Class xlifepp::ComplexSchur#

template<typename _MatrixType> class ComplexSchur#

Inheritence diagram for xlifepp::ComplexSchur:

Collaboration diagram for xlifepp::ComplexSchur:

Performs a complex Schur decomposition of a real or complex square matrix.

Given a real or complex square matrix A, this class computes the Schur decomposition: \( A = U T U^*\) where U is a unitary complex matrix, and T is a complex upper triangular matrix. The diagonal of the matrix T corresponds to the eigenvalues of the matrix A.

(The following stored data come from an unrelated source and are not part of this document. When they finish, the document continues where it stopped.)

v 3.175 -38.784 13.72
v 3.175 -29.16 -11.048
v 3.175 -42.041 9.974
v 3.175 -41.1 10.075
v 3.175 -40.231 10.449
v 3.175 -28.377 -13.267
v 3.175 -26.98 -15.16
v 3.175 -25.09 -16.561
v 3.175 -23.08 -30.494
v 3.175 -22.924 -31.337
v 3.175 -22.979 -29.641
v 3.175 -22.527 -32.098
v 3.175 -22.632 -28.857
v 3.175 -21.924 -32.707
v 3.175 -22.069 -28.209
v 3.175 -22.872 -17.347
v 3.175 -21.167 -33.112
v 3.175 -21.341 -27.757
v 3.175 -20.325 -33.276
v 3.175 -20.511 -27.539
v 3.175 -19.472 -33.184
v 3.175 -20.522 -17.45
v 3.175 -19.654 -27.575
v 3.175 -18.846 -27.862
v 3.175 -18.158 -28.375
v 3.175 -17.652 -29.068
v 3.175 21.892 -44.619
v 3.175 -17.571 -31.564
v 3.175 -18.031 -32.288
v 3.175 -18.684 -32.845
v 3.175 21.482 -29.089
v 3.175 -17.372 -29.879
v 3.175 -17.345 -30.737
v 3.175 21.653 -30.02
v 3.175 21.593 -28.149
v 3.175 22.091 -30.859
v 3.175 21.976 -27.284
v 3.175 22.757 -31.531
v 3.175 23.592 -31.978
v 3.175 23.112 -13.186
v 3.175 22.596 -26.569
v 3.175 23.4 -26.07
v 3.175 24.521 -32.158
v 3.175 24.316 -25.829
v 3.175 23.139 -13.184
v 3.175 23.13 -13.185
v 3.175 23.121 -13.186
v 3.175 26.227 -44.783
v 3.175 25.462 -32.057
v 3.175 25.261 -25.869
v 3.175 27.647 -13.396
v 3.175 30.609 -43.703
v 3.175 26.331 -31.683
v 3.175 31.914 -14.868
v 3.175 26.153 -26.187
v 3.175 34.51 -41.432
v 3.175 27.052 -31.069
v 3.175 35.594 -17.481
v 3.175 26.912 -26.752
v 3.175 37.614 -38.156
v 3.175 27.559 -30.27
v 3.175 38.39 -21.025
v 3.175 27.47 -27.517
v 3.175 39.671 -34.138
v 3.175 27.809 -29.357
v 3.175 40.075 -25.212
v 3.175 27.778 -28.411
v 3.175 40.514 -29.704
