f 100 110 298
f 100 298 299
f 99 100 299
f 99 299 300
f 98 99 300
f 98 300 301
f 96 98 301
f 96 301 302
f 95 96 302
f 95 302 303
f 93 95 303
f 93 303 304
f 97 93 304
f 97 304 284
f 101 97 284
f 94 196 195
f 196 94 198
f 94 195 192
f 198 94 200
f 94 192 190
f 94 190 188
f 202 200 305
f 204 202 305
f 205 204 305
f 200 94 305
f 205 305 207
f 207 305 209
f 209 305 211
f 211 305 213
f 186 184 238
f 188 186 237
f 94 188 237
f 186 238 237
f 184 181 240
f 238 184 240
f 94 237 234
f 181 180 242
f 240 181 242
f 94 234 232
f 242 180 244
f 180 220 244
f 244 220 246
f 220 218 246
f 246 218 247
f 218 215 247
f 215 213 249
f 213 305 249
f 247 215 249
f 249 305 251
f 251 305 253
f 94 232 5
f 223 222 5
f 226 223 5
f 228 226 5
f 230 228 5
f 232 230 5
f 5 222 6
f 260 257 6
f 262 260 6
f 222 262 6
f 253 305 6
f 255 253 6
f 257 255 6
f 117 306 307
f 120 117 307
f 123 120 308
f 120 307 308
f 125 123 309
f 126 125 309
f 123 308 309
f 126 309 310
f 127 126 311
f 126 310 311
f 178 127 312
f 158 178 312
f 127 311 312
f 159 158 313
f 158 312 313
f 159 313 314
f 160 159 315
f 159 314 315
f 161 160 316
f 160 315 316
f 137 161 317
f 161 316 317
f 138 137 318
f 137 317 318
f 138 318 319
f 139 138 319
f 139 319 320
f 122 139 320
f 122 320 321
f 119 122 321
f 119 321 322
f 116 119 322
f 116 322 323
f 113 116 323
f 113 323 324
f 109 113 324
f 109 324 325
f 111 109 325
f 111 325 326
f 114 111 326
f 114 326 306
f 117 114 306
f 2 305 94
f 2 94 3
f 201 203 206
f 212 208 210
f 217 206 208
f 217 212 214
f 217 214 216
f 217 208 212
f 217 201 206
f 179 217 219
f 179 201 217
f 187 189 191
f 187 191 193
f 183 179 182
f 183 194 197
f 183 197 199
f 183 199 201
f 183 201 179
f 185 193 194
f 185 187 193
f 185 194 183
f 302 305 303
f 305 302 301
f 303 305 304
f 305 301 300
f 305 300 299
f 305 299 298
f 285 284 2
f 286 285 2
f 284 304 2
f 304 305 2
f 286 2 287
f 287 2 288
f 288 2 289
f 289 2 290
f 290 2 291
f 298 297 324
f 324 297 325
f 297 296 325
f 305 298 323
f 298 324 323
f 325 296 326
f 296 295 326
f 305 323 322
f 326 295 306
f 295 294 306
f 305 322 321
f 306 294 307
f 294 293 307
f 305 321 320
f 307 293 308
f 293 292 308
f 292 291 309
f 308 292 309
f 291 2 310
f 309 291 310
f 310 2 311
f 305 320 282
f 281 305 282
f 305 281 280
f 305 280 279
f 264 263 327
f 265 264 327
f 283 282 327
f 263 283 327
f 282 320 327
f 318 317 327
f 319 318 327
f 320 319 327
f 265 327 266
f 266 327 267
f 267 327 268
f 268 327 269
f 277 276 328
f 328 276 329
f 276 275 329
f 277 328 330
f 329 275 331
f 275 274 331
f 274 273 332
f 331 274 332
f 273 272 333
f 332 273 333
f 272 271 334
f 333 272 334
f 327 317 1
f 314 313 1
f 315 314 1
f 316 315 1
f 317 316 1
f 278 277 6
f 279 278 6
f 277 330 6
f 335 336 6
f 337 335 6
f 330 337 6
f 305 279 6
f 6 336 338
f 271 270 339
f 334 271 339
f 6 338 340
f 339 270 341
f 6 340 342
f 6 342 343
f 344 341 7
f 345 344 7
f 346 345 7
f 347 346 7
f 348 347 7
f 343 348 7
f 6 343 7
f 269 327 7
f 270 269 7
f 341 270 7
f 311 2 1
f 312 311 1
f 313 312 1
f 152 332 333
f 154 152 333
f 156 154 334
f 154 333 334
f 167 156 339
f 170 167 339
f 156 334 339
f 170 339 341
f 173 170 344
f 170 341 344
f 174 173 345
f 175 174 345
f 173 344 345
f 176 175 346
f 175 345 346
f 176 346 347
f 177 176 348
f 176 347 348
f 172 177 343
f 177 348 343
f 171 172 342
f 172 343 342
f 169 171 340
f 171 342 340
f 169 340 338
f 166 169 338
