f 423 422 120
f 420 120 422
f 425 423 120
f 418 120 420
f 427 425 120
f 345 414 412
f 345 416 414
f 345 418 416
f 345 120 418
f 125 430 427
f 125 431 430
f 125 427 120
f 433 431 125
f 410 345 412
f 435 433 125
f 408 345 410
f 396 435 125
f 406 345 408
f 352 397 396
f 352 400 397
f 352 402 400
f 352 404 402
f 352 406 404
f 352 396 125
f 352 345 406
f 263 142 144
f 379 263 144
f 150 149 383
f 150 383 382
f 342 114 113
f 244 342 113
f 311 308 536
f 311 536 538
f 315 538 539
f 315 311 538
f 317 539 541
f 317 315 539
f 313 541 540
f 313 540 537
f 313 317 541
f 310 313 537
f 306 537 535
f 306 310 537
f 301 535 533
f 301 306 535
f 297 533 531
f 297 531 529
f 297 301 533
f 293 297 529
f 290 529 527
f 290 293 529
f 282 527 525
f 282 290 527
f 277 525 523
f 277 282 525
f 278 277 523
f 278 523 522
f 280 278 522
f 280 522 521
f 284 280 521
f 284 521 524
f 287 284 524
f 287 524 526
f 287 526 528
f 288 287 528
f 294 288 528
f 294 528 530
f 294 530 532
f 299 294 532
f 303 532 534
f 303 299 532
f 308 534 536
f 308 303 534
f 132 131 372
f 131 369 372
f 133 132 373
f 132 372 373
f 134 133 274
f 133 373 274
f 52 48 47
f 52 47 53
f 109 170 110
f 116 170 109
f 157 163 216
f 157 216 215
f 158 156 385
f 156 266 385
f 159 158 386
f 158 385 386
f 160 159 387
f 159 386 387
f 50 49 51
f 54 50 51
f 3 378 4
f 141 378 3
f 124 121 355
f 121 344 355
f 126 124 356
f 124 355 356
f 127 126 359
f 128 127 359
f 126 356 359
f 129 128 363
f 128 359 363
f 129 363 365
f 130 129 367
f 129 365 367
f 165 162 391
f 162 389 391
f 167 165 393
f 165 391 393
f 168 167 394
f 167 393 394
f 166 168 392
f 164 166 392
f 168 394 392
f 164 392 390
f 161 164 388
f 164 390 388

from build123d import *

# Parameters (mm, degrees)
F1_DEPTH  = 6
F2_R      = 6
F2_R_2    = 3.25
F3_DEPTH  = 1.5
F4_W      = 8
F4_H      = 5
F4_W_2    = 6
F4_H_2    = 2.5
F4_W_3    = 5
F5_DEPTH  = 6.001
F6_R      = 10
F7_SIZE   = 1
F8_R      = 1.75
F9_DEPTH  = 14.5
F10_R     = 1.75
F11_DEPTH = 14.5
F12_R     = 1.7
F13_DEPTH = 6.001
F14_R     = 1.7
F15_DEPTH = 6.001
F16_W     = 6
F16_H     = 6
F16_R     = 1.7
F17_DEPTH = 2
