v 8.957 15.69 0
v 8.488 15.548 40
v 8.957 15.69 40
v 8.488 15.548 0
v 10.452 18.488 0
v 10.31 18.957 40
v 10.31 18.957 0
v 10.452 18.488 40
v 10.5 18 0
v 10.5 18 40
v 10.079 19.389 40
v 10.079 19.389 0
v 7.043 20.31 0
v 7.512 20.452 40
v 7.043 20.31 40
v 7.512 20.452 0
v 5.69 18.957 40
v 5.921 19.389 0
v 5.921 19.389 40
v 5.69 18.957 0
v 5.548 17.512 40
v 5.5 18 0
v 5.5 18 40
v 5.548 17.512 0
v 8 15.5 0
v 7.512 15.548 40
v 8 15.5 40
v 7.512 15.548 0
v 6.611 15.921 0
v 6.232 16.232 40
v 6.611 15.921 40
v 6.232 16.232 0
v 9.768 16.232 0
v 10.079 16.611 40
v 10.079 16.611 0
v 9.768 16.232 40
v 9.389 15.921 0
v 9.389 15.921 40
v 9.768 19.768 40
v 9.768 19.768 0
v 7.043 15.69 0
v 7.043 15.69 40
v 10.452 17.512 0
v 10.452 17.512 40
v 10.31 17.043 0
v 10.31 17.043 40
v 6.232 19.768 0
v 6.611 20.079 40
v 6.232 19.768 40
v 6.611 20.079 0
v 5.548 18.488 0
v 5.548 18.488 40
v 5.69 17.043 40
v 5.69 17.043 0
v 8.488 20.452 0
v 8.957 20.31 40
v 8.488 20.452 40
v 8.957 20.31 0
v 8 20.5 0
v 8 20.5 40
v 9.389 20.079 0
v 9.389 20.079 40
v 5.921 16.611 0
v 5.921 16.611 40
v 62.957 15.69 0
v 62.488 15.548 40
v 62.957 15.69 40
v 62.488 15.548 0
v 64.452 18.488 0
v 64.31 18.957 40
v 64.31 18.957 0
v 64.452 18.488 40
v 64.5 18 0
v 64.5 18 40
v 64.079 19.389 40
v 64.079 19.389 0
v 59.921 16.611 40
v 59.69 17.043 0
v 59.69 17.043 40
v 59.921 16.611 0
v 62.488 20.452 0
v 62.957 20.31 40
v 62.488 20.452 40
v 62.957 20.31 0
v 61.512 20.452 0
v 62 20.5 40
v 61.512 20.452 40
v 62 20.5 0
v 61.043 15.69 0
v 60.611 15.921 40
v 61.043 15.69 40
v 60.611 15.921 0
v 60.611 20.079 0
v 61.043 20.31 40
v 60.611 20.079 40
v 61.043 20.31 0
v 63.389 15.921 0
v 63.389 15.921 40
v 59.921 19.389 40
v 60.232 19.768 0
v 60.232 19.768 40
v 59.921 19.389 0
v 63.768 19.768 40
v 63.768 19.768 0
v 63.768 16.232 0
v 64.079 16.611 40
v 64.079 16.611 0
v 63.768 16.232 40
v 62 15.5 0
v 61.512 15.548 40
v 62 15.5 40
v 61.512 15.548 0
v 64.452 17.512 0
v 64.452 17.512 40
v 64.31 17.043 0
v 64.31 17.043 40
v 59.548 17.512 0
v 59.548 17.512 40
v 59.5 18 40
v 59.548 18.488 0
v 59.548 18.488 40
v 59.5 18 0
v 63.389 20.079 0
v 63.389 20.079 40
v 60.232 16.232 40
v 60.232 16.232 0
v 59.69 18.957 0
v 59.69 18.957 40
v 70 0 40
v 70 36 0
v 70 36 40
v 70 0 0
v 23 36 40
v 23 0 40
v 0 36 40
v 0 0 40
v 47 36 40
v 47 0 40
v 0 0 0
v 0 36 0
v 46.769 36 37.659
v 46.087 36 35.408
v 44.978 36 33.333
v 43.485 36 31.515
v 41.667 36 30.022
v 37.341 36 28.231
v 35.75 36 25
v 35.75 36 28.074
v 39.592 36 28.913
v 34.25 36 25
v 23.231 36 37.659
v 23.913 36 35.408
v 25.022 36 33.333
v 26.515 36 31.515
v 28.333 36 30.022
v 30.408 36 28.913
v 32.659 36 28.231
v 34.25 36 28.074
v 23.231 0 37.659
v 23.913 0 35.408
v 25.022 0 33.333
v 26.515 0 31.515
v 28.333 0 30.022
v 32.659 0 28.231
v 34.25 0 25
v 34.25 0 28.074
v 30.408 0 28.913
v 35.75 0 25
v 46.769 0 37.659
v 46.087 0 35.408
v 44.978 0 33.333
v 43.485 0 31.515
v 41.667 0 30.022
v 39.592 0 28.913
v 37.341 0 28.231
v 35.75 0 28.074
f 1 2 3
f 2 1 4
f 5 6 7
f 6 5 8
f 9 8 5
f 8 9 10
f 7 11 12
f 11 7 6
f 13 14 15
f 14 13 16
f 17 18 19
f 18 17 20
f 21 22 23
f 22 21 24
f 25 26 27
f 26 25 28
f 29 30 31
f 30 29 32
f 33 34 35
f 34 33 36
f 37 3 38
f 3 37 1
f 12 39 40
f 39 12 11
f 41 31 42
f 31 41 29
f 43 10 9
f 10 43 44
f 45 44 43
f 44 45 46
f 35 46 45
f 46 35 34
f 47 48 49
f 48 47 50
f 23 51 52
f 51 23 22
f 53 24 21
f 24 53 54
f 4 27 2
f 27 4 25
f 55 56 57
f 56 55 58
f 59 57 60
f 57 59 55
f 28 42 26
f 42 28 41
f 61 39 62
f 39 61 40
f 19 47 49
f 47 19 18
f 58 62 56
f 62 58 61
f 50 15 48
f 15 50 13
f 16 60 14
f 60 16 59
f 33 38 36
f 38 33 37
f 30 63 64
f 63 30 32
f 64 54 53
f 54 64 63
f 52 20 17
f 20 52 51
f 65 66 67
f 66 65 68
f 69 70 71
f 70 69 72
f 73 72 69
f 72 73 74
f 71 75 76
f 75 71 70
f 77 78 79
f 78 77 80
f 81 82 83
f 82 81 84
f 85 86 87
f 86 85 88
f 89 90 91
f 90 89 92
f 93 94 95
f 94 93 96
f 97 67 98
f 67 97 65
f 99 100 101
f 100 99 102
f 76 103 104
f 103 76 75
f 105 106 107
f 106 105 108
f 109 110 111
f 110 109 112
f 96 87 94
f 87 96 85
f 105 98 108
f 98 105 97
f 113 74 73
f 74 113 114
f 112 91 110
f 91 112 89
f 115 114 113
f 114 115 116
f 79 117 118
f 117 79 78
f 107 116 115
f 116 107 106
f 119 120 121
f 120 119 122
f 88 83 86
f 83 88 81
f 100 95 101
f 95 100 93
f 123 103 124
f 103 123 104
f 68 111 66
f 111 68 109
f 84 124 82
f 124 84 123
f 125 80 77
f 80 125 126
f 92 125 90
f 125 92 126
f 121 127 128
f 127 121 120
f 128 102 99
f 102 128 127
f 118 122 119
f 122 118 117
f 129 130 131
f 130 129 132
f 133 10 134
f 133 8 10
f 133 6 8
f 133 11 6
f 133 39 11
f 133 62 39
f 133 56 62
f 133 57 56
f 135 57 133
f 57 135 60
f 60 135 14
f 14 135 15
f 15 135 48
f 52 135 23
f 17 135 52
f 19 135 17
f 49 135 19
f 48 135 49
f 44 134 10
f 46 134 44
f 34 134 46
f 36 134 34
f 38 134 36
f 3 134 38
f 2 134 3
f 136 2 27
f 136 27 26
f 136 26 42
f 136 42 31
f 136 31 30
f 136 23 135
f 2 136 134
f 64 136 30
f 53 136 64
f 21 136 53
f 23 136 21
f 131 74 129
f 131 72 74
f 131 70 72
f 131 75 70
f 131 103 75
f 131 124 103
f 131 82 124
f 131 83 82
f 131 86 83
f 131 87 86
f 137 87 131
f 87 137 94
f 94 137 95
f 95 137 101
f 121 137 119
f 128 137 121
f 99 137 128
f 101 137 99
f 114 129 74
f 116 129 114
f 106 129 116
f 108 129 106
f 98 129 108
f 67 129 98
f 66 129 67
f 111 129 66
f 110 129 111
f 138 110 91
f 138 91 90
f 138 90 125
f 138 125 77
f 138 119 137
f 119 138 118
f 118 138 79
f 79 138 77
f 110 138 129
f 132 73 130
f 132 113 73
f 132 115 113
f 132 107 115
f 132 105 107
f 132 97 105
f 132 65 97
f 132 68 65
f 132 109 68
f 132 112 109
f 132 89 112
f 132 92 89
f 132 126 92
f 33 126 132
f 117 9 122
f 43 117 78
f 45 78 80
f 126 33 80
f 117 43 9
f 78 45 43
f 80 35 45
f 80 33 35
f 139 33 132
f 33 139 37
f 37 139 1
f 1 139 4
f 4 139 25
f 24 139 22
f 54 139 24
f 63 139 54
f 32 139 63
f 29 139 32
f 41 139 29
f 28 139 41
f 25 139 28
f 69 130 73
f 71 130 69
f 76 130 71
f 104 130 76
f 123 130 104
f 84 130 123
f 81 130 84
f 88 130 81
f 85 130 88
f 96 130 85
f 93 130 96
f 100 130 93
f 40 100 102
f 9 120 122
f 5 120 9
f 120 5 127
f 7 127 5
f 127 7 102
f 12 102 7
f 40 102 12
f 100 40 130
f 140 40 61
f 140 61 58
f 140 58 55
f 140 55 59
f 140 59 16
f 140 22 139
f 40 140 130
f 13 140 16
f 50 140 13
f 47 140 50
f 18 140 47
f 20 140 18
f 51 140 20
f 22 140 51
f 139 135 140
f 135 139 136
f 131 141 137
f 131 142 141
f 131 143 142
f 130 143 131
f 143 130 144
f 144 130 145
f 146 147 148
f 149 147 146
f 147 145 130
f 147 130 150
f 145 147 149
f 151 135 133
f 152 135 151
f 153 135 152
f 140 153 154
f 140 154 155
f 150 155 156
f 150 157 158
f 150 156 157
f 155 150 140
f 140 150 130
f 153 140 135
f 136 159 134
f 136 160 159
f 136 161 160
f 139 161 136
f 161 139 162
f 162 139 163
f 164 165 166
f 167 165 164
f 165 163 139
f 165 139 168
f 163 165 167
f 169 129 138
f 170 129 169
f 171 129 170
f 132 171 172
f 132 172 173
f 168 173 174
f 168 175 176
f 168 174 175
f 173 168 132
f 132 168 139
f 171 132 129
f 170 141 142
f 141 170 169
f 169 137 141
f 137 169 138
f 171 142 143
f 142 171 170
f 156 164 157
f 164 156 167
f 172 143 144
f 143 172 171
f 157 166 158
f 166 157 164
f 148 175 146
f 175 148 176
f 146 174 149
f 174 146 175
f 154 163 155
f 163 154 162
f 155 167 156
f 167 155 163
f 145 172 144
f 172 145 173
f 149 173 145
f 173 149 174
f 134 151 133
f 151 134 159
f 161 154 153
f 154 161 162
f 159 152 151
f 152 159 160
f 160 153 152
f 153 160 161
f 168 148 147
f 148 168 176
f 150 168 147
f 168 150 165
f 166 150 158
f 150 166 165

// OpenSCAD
$fn = 32;

// ----------------------------------------------------------------------
// Saddle clamp: split shaft clamp
// ----------------------------------------------------------------------

// --- parameters (mm) ---
blk_l = 70;               // block length, X
blk_w = 36;               // block width, Y
blk_h = 40;               // block height
clamp_r = 12;             // shaft groove radius
hole_r = 2.5;             // bolt hole radius
hole_m = 8;               // bolt hole margin from the ends
saw_w = 1.5;              // saw kerf width

saw_depth = clamp_r + 3;  // saw kerf depth

difference() {
  cube([blk_l, blk_w, blk_h]);
  translate([blk_l / 2, -1, blk_h])
    rotate([-90, 0, 0])
      cylinder(h = blk_w + 2, r = clamp_r);
  for (sx = [0, 1])
    translate([sx ? blk_l - hole_m : hole_m, blk_w / 2, -1])
      cylinder(r = hole_r, h = blk_h + 2);
  translate([blk_l / 2 - saw_w / 2, -1, blk_h - saw_depth])
    cube([saw_w, blk_w + 2, saw_depth + 1]);
}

Call the function compute() to compute the Schur decomposition of a given matrix. Alternatively, you can use the ComplexSchur(const MatrixType&, bool) constructor which computes the Schur decomposition at construction time. Once the decomposition is computed, you can use the matrixU() and matrixT() functions to retrieve the matrices U and V in the decomposition.

See also

compute() for an example.

Parameters:: size – [in] Positive integer, size of the matrix whose Schur decomposition will be computed.

ComplexSchur &compute(const MatrixType &matrix, bool computeU = true)#

Computes Schur decomposition of given matrix.

The Schur decomposition is computed by first reducing the matrix to Hessenberg form using the class HessenbergDecomposition. The Hessenberg matrix is then reduced to triangular form by performing QR iterations with a single shift. The cost of computing the Schur decomposition depends on the number of iterations; as a rough guide, it may be taken on the number of iterations; as a rough guide, it may be taken to be \(25n^3\) complex flops, or \(10n^3\) complex flops if computeU is false.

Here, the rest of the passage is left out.